The Station, by Robert Hastings – a reminder that the joy of life is the journey and not the destination.

Tucked away in our subconscious minds is an idyllic vision. We see ourselves on a long, long trip that almost spans the continent. We’re traveling by passenger train, and out the windows, we drink in the passing scene of cars on nearby highways, of children waving at a crossing, of cattle grazing on a distant hillside, of smoke pouring from a power plant, of row upon row of corn and wheat, of flatlands and valleys, of mountains and rolling hills, of biting winter and blazing summer and cavorting spring and docile fall.

But uppermost in our minds is the final destination. On a certain day at a certain hour we will pull into the station. There will be bands playing and flags waving. And once we get there, so many wonderful dreams will come true. So many wishes will be fulfilled, and so many pieces of our lives will finally be neatly fitted together like a completed jigsaw puzzle. How restlessly we pace the aisles, damning the minutes for loitering … waiting, waiting, waiting, for the station.

However, sooner or later, we must realize there is no one station, no one place to arrive at once and for all. The true joy of life is the trip. The station is only a dream. It constantly outdistances us.

“When we reach the station that will be it!” we cry. Translated, it means, “When I’m 18, that will be it! When I buy a new 450 SL Mercedes Benz, that will be it! When I put the last kid through college, that will be it! When I have paid off the mortgage, that will be it! When I win a promotion, that will be it!
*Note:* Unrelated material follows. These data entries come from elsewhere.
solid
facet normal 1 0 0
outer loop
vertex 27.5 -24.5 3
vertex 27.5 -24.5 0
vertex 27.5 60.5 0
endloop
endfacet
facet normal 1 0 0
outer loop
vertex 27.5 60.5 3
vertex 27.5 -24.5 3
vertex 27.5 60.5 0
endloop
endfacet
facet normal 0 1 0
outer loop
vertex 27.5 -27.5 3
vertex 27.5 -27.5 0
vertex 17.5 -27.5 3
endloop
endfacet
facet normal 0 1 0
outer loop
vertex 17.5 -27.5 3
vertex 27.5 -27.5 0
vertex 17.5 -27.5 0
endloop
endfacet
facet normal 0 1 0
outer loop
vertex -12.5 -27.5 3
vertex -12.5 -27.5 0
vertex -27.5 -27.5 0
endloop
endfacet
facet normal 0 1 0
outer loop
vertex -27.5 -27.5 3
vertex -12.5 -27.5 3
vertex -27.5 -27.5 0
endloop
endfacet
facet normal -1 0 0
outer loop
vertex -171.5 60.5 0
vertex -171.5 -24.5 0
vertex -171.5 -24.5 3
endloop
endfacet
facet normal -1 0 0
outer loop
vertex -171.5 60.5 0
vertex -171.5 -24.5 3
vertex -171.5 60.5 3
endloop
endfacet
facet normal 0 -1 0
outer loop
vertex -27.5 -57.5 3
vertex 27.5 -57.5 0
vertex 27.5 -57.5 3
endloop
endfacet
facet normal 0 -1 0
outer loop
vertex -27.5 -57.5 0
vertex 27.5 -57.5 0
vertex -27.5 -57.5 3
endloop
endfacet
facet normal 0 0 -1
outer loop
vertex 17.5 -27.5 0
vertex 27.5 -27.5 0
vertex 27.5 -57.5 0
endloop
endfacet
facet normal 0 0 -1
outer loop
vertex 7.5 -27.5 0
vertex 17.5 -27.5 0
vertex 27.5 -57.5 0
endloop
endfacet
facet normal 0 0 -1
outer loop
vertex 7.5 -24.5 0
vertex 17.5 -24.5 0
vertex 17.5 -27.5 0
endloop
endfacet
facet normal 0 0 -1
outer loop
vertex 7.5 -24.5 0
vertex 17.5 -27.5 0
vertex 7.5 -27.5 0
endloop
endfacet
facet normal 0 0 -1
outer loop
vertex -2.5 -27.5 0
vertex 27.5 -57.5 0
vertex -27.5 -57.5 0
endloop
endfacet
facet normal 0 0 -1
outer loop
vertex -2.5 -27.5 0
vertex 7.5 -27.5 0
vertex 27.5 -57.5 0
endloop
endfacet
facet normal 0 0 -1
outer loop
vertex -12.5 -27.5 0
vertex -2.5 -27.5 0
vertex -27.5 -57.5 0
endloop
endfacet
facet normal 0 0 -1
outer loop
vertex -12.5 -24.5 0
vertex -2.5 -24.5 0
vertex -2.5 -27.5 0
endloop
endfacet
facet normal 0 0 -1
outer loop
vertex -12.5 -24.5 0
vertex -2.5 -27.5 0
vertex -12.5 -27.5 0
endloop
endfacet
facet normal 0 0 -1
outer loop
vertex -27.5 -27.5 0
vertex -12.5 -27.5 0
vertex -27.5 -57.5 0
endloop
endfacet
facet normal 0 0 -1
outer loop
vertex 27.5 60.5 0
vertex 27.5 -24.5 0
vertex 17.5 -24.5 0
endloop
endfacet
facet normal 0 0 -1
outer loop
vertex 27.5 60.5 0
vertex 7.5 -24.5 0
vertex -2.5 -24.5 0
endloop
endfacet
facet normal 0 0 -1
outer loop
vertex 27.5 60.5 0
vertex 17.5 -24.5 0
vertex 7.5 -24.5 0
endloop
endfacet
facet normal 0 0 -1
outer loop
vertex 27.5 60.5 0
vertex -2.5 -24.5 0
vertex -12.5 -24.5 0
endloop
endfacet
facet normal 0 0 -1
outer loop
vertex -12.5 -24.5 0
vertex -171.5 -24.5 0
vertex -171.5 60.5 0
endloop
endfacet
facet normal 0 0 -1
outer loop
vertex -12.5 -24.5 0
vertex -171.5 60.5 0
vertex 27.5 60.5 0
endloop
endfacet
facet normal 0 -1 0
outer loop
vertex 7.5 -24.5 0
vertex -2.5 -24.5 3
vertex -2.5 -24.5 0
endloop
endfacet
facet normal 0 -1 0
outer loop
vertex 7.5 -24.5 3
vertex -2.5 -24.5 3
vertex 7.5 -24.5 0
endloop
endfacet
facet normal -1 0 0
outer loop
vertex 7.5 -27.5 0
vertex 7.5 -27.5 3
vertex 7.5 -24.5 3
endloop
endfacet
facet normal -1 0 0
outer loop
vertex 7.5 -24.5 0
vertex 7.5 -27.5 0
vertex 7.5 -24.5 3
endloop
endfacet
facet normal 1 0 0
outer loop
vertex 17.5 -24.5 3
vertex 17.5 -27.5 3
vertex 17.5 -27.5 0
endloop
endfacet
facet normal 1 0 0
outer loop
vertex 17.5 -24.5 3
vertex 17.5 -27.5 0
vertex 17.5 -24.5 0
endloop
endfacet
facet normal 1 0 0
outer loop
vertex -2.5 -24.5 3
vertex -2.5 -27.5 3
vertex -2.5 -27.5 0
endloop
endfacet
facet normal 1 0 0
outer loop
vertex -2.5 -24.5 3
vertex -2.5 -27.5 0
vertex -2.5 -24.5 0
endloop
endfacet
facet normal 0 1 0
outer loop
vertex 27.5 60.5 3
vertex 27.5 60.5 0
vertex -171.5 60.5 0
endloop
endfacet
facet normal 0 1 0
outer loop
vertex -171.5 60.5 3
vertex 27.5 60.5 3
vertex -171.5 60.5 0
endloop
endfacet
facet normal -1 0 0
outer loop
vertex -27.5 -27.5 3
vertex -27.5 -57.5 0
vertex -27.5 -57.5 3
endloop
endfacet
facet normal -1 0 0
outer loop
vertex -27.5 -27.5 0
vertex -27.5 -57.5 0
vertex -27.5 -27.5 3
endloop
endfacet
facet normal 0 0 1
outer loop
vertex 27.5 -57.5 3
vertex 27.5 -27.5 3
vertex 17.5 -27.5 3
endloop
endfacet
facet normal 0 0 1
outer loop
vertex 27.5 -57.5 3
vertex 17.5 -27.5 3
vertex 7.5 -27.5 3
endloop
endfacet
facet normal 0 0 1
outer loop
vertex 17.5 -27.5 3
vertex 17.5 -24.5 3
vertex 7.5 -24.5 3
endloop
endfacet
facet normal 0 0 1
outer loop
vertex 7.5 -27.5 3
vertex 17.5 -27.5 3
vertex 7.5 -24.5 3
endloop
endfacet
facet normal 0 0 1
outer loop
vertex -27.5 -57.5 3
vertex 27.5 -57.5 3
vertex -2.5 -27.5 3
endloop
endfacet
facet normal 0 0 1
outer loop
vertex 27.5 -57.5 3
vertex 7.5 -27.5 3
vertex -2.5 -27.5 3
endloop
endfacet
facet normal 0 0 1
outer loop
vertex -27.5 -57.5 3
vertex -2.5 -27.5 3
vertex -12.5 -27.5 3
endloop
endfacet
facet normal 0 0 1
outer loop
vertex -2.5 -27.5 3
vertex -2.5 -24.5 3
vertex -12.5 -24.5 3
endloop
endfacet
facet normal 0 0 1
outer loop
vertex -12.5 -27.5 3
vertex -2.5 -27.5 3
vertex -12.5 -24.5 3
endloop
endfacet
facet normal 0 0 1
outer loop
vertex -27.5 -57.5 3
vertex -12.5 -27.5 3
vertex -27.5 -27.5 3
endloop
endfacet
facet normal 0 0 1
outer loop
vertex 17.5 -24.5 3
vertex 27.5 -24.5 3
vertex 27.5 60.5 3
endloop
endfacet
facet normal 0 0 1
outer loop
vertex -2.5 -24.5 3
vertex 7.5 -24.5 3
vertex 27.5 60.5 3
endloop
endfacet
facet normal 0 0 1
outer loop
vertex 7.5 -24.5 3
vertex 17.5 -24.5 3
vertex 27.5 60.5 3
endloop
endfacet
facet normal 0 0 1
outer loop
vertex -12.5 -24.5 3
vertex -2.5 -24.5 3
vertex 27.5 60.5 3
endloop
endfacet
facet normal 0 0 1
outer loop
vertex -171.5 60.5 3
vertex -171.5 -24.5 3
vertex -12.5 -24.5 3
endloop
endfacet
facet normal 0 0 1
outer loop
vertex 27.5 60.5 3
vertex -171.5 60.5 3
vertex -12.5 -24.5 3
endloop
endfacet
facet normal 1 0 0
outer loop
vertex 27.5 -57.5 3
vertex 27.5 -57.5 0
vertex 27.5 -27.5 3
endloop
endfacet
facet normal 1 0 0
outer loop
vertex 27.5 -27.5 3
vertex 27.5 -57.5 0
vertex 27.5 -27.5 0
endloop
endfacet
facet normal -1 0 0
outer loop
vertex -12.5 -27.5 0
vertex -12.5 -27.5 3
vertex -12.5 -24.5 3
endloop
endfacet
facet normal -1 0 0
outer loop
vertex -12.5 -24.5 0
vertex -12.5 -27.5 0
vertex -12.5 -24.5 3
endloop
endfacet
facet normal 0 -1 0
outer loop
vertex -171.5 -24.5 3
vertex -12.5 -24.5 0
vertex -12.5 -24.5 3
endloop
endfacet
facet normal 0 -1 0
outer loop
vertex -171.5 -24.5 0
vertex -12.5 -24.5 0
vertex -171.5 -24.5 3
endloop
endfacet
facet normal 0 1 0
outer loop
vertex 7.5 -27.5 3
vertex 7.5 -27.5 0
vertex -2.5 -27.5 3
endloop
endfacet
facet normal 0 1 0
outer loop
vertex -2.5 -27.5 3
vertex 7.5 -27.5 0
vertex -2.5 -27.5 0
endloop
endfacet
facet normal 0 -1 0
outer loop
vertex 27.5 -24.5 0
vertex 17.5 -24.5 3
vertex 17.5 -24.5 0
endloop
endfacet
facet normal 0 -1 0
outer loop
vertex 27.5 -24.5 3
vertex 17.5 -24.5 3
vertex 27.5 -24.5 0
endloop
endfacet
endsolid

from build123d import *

# Parameters (mm, degrees)
SKETCH1_W           = 55
SKETCH1_H           = 55
BOSS_EXTRUDE1_DEPTH = 3
SKETCH2_W           = 10
SKETCH2_H           = 3
SKETCH2_W_2         = 15
CUT_EXTRUDE1_DEPTH  = 3
SKETCH3_W           = 55
SKETCH3_H           = 30
BOSS_EXTRUDE2_DEPTH = 3
SKETCH4_W           = 144
SKETCH4_H           = 52
BOSS_EXTRUDE3_DEPTH = 3
SKETCH5_W           = 199
SKETCH5_H           = 13
BOSS_EXTRUDE4_DEPTH = 3
SKETCH6_W           = 199
SKETCH6_H           = 20
BOSS_EXTRUDE5_DEPTH = 3
SKETCH7_R           = 2
SKETCH7_W           = 40
SKETCH7_H           = 20
CUT_EXTRUDE22_DEPTH = 33
SKETCH8_W           = 40
SKETCH8_H           = 9
CUT_EXTRUDE23_DEPTH = 33
SKETCH9_W           = 63.816090929
SKETCH9_H           = 30.906314682
BOSS_EXTRUDE6_DEPTH = 3


with BuildPart() as part:
    # Sketch1 → Boss-Extrude1 (new body)
    with BuildSketch(Plane.XY):
        Rectangle(SKETCH1_W, SKETCH1_H)
    extrude(amount=BOSS_EXTRUDE1_DEPTH)

    # Sketch2 → Cut-Extrude1 (cut)
    with BuildSketch(Plane.XY.offset(3)):
        with Locations((22.5, -26)):
            Rectangle(SKETCH2_W, SKETCH2_H)
        with Locations((2.5, -26)):
            Rectangle(SKETCH2_W, SKETCH2_H)
        with Locations((-20, -26)):
            Rectangle(SKETCH2_W_2, SKETCH2_H)
    extrude(amount=-CUT_EXTRUDE1_DEPTH, mode=Mode.SUBTRACT)

    # Sketch3 → Boss-Extrude2 (add)
    with BuildSketch(Plane(origin=(0, 0, 0), x_dir=(-1, 0, 0), z_dir=(0, 0, -1))):
        with Locations((0, -42.5)):
            Rectangle(SKETCH3_W, SKETCH3_H)
    extrude(amount=-BOSS_EXTRUDE2_DEPTH)

    # Sketch4 → Boss-Extrude3 (add)
    with BuildSketch(Plane(origin=(0, 0, 0), x_dir=(-1, 0, 0), z_dir=(0, 0, -1))):
        with Locations((99.5, 1.5)):
            Rectangle(SKETCH4_W, SKETCH4_H)
    extrude(amount=-BOSS_EXTRUDE3_DEPTH)

    # Sketch5 → Boss-Extrude4 (add)
    with BuildSketch(Plane(origin=(0, 0, 0), x_dir=(-1, 0, 0), z_dir=(0, 0, -1))):
        with Locations((72, 34)):
            Rectangle(SKETCH5_W, SKETCH5_H)
    extrude(amount=-BOSS_EXTRUDE4_DEPTH)

    # Sketch6 → Boss-Extrude5 (add)
    with BuildSketch(Plane(origin=(0, 0, 0), x_dir=(-1, 0, 0), z_dir=(0, 0, -1))):
        with Locations((72, 50.5)):
            Rectangle(SKETCH6_W, SKETCH6_H)
    extrude(amount=-BOSS_EXTRUDE5_DEPTH)

    # Sketch7 → Cut-Extrude22 (cut)
    with BuildSketch(Plane(origin=(0, 0, 0), x_dir=(-1, 0, 0), z_dir=(0, 0, -1))):
        with Locations((168.5, 46.5)):
            Circle(SKETCH7_R)
        with Locations((168.5, 36.5)):
            Circle(SKETCH7_R)
        with Locations((118.5, 36.5)):
            Circle(SKETCH7_R)
        with Locations((118.5, 46.5)):
            Circle(SKETCH7_R)
        with Locations((143.5, 41.5)):
            Rectangle(SKETCH7_W, SKETCH7_H)
    extrude(amount=-CUT_EXTRUDE22_DEPTH, mode=Mode.SUBTRACT)

    # Sketch8 → Cut-Extrude23 (cut)
    with BuildSketch(Plane(origin=(0, 0, 0), x_dir=(-1, 0, 0), z_dir=(0, 0, -1))):
        with Locations((143.5, 56)):
            Rectangle(SKETCH8_W, SKETCH8_H)
    extrude(amount=-CUT_EXTRUDE23_DEPTH, mode=Mode.SUBTRACT)

    # Sketch9 → Boss-Extrude6 (add)
    with BuildSketch(Plane(origin=(0, 0, 0), x_dir=(-1, 0, 0), z_dir=(0, 0, -1))):
        with Locations((139.591954536, 45.046842659)):
            Rectangle(SKETCH9_W, SKETCH9_H)
    extrude(amount=-BOSS_EXTRUDE6_DEPTH)


solid = part.part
When I reach the age of retirement, that will be it!( When Covid 19 is cured)  I shall live happily ever after!”

Unfortunately, once we get it, then it disappears. The station somehow hides itself at the end of an endless track.

“Relish the moment” is a good motto, especially when coupled with Psalm 118:24: “This is the day which the Lord hath made; we will rejoice and be glad in it.” It isn’t the burdens of today that drive men mad. Rather, it is regret over yesterday or fear of tomorrow. Regret and fear are twin thieves who would rob us of today.

So, stop pacing the aisles and counting the miles. Instead, climb more mountains, eat more ice cream, go barefoot oftener, swim more rivers, watch more sunsets, laugh more, and cry less. Life must be lived as we go along. The station will come soon enough.

Journal Entry: What decision do you need to make about how you look at this current situation?  What will you do to make the most of this one station journey in your leadership and life?